Perhaps contradictorily, this rhetoric both relied on a presumed gendered division of labor and the revolutionary cause of women’s liberation. Nevertheless, Liu posits that this rhetorical position reimagined the ways in which women could become involved in progressive causes. Historically, leftist women have been attacked for “wanting to become men.” But in positioning the battle for peace as a woman’s right to raise a family without fear of losing her husband or son to war—among other demands particular to the domestic front and women’s experiences—communist women were able to present the peace movement to their neighbors and peers in a more relatable manner. Black communist women also pushed their demands further to include liberation from white male supremacy as a primary goal of the peace movement.
This panel, hosted by the AHA, featuring members of the CPUSA and friends of the party, points to a shift in Communist historiography away from the fearmongering and condescension of the Cold War, and toward a more honest and open analysis of the party’s shortcomings and successes.

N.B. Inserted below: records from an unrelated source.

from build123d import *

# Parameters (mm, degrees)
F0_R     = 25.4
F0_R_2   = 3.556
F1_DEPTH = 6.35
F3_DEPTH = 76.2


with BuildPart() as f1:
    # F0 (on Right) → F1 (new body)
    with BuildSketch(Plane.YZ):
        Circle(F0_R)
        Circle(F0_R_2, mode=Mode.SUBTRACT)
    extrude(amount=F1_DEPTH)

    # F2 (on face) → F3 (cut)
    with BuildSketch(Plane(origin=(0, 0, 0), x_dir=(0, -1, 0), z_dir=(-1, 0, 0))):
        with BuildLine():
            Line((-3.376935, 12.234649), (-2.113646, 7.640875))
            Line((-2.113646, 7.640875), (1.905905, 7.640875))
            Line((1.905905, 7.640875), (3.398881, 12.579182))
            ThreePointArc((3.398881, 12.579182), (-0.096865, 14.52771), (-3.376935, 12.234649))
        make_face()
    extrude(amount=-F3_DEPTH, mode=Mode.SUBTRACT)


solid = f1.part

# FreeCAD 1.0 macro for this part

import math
import FreeCAD as App
import Part
import Sketcher
Q = App.Units.Quantity

doc = App.newDocument("Part")
params = doc.addObject("Spreadsheet::Sheet", "Params")
for row, (alias, value) in enumerate([
    ("sketch1_diameter", "2 in"),
    ("sketch1_diameter2", "0.28 in"),
    ("pad1_length", "0.25 in"),
    ("pocket1_length", "3 in"),
], start=1):
    params.set(f"A{row}", alias)
    params.set(f"B{row}", "=" + value)
    params.setAlias(f"B{row}", alias)

body = doc.addObject("PartDesign::Body", "Body")

sketch1 = body.newObject("Sketcher::SketchObject", "Sketch")
sketch1.AttachmentSupport = (doc.getObject("YZ_Plane"), [""])
sketch1.MapMode = "FlatFace"
sketch1.addGeometry([
    Part.Circle(App.Vector(0, 0, 0), App.Vector(0, 0, 1), 25.4),
    Part.Circle(App.Vector(0, 0, 0), App.Vector(0, 0, 1), 3.6),
], False)
sketch1.addConstraint([
    Sketcher.Constraint("Coincident", 0, 3, -1, 1),
    Sketcher.Constraint("Coincident", 1, 3, -1, 1),
    Sketcher.Constraint("Diameter", 0, Q("2 in")),
    Sketcher.Constraint("Diameter", 1, Q("0.28 in")),
])
sketch1.setExpression("Constraints[2]", "Params.sketch1_diameter")
sketch1.setExpression("Constraints[3]", "Params.sketch1_diameter2")
pad1 = body.newObject("PartDesign::Pad", "Pad")
pad1.Profile = sketch1
pad1.setExpression("Length", "Params.pad1_length")

sketch2 = body.newObject("Sketcher::SketchObject", "Sketch001")
sketch2.AttachmentSupport = (doc.getObject("YZ_Plane"), [""])
sketch2.MapMode = "FlatFace"
sketch2.addGeometry([
    Part.LineSegment(App.Vector(3.4, 12.2, 0), App.Vector(2.1, 7.6, 0)),
    Part.LineSegment(App.Vector(2.1, 7.6, 0), App.Vector(-1.9, 7.6, 0)),
    Part.LineSegment(App.Vector(-1.9, 7.6, 0), App.Vector(-3.4, 12.6, 0)),
    Part.ArcOfCircle(Part.Circle(App.Vector(-0.1, 10.8, 0), App.Vector(0, 0, 1), 3.8), math.radians(23), math.radians(151)),
], False)
sketch2.addConstraint([
    Sketcher.Constraint("Coincident", 0, 2, 1, 1),
    Sketcher.Constraint("Coincident", 1, 2, 2, 1),
    Sketcher.Constraint("Coincident", 2, 2, 3, 2),
    Sketcher.Constraint("Coincident", 3, 1, 0, 1),
    Sketcher.Constraint("Horizontal", 1),
    Sketcher.Constraint("Radius", 3, Q("3.771306 mm")),
    Sketcher.Constraint("DistanceX", 1, 2, 1, 1, Q("4.019551 mm")),
    Sketcher.Constraint("Distance", 0, Q("4.764311 mm")),
    Sketcher.Constraint("DistanceX", 3, 3, -1, 1, Q("0.09465 mm")),
    Sketcher.Constraint("DistanceY", -1, 1, 3, 3, Q("10.76127 mm")),
    Sketcher.Constraint("DistanceX", 2, 2, -1, 1, Q("3.398881 mm")),
    Sketcher.Constraint("DistanceY", -1, 1, 3, 1, Q("12.234649 mm")),
    Sketcher.Constraint("DistanceX", 0, 2, 3, 1, Q("1.263289 mm")),
])
pocket1 = body.newObject("PartDesign::Pocket", "Pocket")
pocket1.Profile = sketch2
pocket1.setExpression("Length", "Params.pocket1_length")
pocket1.Reversed = True

doc.recompute()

Only in recent years has the Red Taboo lifted somewhat, after decades of scholars brushing aside communist history as defunct. It is no surprise that communists themselves are now leading the charge in making their own historiography.

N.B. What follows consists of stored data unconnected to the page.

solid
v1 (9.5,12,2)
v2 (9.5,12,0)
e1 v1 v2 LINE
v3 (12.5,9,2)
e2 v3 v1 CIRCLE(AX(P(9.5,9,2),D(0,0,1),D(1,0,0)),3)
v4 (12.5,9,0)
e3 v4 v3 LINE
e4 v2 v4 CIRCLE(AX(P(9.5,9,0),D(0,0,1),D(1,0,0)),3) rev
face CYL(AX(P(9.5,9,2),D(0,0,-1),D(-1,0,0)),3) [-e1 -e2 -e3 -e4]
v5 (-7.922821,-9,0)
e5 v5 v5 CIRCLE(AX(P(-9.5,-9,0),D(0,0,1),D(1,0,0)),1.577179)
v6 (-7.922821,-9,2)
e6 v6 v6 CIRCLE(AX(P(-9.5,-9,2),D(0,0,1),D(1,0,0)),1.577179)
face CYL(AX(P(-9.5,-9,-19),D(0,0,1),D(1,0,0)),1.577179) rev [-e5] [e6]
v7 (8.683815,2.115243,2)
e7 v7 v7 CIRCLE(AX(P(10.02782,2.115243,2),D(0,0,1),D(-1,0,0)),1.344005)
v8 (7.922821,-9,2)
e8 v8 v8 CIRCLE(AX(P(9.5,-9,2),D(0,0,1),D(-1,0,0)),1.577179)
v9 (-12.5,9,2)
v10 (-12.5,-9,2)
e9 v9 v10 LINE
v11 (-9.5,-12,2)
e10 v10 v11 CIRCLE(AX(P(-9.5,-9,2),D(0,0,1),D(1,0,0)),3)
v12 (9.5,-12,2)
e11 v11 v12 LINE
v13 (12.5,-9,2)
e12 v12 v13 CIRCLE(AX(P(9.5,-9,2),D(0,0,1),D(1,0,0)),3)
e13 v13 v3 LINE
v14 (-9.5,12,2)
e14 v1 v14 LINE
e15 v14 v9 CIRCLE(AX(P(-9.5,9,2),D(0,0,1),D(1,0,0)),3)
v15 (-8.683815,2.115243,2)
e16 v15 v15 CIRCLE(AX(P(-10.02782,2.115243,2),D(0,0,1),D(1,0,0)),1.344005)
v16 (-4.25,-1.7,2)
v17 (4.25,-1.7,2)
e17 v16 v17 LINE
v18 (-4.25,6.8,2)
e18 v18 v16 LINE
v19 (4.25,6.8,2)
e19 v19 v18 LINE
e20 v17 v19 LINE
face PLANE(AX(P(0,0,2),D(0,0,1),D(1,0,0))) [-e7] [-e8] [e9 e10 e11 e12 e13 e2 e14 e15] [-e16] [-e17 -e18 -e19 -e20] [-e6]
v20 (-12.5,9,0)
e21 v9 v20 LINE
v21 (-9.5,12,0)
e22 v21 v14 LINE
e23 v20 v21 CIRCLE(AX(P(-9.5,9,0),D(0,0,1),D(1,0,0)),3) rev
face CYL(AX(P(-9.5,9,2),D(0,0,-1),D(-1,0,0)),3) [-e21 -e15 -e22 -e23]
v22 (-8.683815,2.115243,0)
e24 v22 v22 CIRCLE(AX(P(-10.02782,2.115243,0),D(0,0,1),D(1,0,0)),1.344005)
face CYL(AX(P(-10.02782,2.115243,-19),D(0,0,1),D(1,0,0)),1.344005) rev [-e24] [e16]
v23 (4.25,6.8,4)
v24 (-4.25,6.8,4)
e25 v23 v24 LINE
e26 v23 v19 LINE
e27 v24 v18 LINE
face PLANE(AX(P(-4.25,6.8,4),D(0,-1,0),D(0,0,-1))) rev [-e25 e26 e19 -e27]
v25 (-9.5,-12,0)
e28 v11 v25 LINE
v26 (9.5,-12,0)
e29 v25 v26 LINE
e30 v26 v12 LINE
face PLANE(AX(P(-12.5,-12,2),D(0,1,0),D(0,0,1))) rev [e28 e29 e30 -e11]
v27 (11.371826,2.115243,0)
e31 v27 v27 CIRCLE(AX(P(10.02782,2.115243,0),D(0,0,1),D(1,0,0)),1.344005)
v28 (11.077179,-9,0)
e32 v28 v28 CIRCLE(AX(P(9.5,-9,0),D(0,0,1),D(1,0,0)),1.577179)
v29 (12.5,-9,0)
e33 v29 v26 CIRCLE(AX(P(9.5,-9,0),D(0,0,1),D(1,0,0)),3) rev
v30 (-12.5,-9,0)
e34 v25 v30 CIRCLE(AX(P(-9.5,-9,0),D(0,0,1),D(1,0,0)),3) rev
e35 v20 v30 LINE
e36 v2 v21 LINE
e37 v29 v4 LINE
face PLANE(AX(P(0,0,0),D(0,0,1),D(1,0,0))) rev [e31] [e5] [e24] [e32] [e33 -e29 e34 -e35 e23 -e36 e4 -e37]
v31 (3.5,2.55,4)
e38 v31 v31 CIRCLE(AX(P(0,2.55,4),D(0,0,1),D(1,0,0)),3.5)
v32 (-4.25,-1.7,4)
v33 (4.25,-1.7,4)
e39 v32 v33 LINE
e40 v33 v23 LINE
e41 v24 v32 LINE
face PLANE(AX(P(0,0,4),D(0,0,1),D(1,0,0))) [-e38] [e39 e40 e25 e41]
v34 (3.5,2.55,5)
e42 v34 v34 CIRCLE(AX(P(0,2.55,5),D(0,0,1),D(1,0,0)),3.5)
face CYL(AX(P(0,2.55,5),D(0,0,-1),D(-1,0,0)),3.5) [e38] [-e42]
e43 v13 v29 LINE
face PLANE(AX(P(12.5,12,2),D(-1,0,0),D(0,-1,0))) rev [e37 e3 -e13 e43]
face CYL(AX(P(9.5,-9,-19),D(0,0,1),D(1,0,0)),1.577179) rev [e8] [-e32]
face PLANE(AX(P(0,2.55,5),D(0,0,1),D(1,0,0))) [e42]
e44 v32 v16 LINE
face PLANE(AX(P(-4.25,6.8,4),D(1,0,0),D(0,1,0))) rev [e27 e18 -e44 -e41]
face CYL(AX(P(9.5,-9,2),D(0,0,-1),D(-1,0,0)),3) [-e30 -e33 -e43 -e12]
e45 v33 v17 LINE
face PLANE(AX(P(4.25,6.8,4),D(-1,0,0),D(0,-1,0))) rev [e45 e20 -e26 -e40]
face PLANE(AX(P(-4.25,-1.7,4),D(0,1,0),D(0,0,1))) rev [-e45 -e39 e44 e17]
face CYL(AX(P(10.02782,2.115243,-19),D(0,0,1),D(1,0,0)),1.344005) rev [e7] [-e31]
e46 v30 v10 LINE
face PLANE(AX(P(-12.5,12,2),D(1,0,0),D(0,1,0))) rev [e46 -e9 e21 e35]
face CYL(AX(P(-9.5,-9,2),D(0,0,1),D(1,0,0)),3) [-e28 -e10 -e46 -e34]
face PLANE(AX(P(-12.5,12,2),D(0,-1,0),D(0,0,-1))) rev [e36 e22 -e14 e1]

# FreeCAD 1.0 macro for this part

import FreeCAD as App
import Part
import Sketcher


def edges_at(feature, points):
    """Names of the edges that pass closest to the given points."""
    edges = feature.Shape.Edges
    near = lambda p: min(range(len(edges)), key=lambda i: edges[i].distToShape(Part.Vertex(*p))[0])
    return sorted({f"Edge{near(p) + 1}" for p in points})


def add_polygon(sketch, points):
    """Adds a closed chain of lines whose ends are joined by coincident constraints."""
    first, n = sketch.GeometryCount, len(points)
    for a, b in zip(points, points[1:] + points[:1]):
        sketch.addGeometry(Part.LineSegment(App.Vector(*a, 0), App.Vector(*b, 0)), False)
    for i in range(n):
        sketch.addConstraint(Sketcher.Constraint("Coincident", first + i, 2, first + (i + 1) % n, 1))

doc = App.newDocument("Part")
body = doc.addObject("PartDesign::Body", "Body")

# Sketch on XY plane
sketch1 = body.newObject("Sketcher::SketchObject", "Sketch")
sketch1.AttachmentSupport = (doc.getObject("XY_Plane"), [""])
sketch1.MapMode = "FlatFace"
add_polygon(sketch1, [(-12.5, 12), (-12.5, -12), (12.5, -12), (12.5, 12)])  # lines 0-3
sketch1.addConstraint(Sketcher.Constraint("Vertical", 0))
sketch1.addConstraint(Sketcher.Constraint("Horizontal", 1))
sketch1.addConstraint(Sketcher.Constraint("Vertical", 2))
sketch1.addConstraint(Sketcher.Constraint("Horizontal", 3))
sketch1.addConstraint(Sketcher.Constraint("Symmetric", 0, 2, 2, 2, -1, 1))
sketch1.addConstraint(Sketcher.Constraint("DistanceX", 1, 1, 1, 2, 25.0))
sketch1.addConstraint(Sketcher.Constraint("DistanceY", 0, 2, 0, 1, 24.0))
pad1 = body.newObject("PartDesign::Pad", "Pad")
pad1.Profile = sketch1
pad1.Length = 2

# Sketch on XY plane
sketch2 = body.newObject("Sketcher::SketchObject", "Sketch001")
sketch2.AttachmentSupport = (doc.getObject("XY_Plane"), [""])
sketch2.MapMode = "FlatFace"
sketch2.AttachmentOffset = App.Placement(App.Vector(0, 0, 2), App.Rotation())
add_polygon(sketch2, [(-4.25, 6.8), (-4.25, -1.7), (4.25, -1.7), (4.25, 6.8)])  # lines 0-3
sketch2.addConstraint(Sketcher.Constraint("Vertical", 0))
sketch2.addConstraint(Sketcher.Constraint("Horizontal", 1))
sketch2.addConstraint(Sketcher.Constraint("Vertical", 2))
sketch2.addConstraint(Sketcher.Constraint("Horizontal", 3))
sketch2.addConstraint(Sketcher.Constraint("Equal", 3, 0))
sketch2.addConstraint(Sketcher.Constraint("DistanceX", 1, 1, 1, 2, 8.5))
sketch2.addConstraint(Sketcher.Constraint("DistanceY", 0, 2, -1, 1, 1.7))
sketch2.addConstraint(Sketcher.Constraint("DistanceX", 0, 2, -1, 1, 4.25))
pad2 = body.newObject("PartDesign::Pad", "Pad001")
pad2.Profile = sketch2
pad2.Length = 2

# Sketch on XY plane
sketch3 = body.newObject("Sketcher::SketchObject", "Sketch002")
sketch3.AttachmentSupport = (doc.getObject("XY_Plane"), [""])
sketch3.MapMode = "FlatFace"
sketch3.AttachmentOffset = App.Placement(App.Vector(0, 0, 4), App.Rotation())
sketch3.addGeometry(Part.Circle(App.Vector(0, 2.55, 0), App.Vector(0, 0, 1), 3.5), False)
sketch3.addConstraint(Sketcher.Constraint("PointOnObject", 0, 3, -2))
sketch3.addConstraint(Sketcher.Constraint("Diameter", 0, 7.0))
sketch3.addConstraint(Sketcher.Constraint("DistanceY", -1, 1, 0, 3, 2.55))
pad3 = body.newObject("PartDesign::Pad", "Pad002")
pad3.Profile = sketch3
pad3.Length = 1
doc.recompute()

fillet = body.newObject("PartDesign::Fillet", "Fillet")
fillet.Base = (pad3, edges_at(pad3, [(-12.5, -12, 1)]))
fillet.Radius = 3
doc.recompute()

fillet2 = body.newObject("PartDesign::Fillet", "Fillet001")
fillet2.Base = (fillet, edges_at(fillet, [(-12.5, 12, 1)]))
fillet2.Radius = 3
doc.recompute()

fillet3 = body.newObject("PartDesign::Fillet", "Fillet002")
fillet3.Base = (fillet2, edges_at(fillet2, [(12.5, 12, 1)]))
fillet3.Radius = 3
doc.recompute()

fillet4 = body.newObject("PartDesign::Fillet", "Fillet003")
fillet4.Base = (fillet3, edges_at(fillet3, [(12.5, -12, 1)]))
fillet4.Radius = 3

# Sketch on XY plane
sketch4 = body.newObject("Sketcher::SketchObject", "Sketch003")
sketch4.AttachmentSupport = (doc.getObject("XY_Plane"), [""])
sketch4.MapMode = "FlatFace"
sketch4.AttachmentOffset = App.Placement(App.Vector(0, 0, 2), App.Rotation())
sketch4.addGeometry(Part.Circle(App.Vector(-10.02782, 2.115243, 0), App.Vector(0, 0, 1), 1.344005), False)
sketch4.addGeometry(Part.Circle(App.Vector(10.02782, 2.115243, 0), App.Vector(0, 0, 1), 1.344005), False)
sketch4.addGeometry(Part.Circle(App.Vector(-9.5, -9, 0), App.Vector(0, 0, 1), 1.577179), False)
sketch4.addGeometry(Part.Circle(App.Vector(9.5, -9, 0), App.Vector(0, 0, 1), 1.577179), False)
sketch4.addConstraint(Sketcher.Constraint("Equal", 0, 1))
sketch4.addConstraint(Sketcher.Constraint("Equal", 2, 3))
sketch4.addConstraint(Sketcher.Constraint("Symmetric", 0, 3, 1, 3, -2))
sketch4.addConstraint(Sketcher.Constraint("Symmetric", 2, 3, 3, 3, -2))
sketch4.addConstraint(Sketcher.Constraint("DistanceY", 2, 3, -1, 1, 9.0))
sketch4.addConstraint(Sketcher.Constraint("DistanceX", 2, 3, 3, 3, 19.0))
sketch4.addConstraint(Sketcher.Constraint("Diameter", 0, 2.68801))
sketch4.addConstraint(Sketcher.Constraint("Diameter", 2, 3.154358))
sketch4.addConstraint(Sketcher.Constraint("DistanceX", 0, 3, -1, 1, 10.02782))
sketch4.addConstraint(Sketcher.Constraint("DistanceY", -1, 1, 0, 3, 2.115243))
pocket1 = body.newObject("PartDesign::Pocket", "Pocket")
pocket1.Profile = sketch4
pocket1.Length = 21

doc.recompute()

However, Professor Carson still thinks that we have a long way to go in confronting the nuances of communist history. The field is still dominated by white men, he says, and this is largely in part because communist history has been narrowly shoved into the category of political economy and geopolitics, a field which is overwhelmingly white, male, and chauvinistic. But there are rich social, ecological, and micro histories to be explored as well, as touched upon by the presentations in this panel.
International Publishers has recently released histories of radical Black movements from the 18th to the 21st centuries. Recent and forthcoming titles collate the writings of communist women, and old titles about women in the labor and antifascist movements are being brought back into print after many decades. But histories of anticolonial struggle, Asian American and Latino radical movements, LGBTQ+ history within the CPUSA and the larger communist movement, and women historians are still woefully underrepresented in the field of communist historiography.
Communists are some of the most zealous recordkeepers of their own history, probably because we know that if we don’t do it, no one else will (except maybe the FBI and the CIA). Government records tracking the activity of the Communist Party and its affiliated organizations are being declassified each year, but it takes a discerning eye to cut through the anticommunist hysteria permeating such documents in order to find a true and human story underneath. Meanwhile, elders within the movement—whether they were involved in the fight for civil rights, decolonization, labor, peace, or all these and more—can probably tell you upfront how it all went down years ago.
History can be made and taught by anyone; it is a living practice that must be engaged with consciously and constantly within our movements. The knowledge and experiences of our revolutionary predecessors are what give us the fortitude for the struggles of the present and future.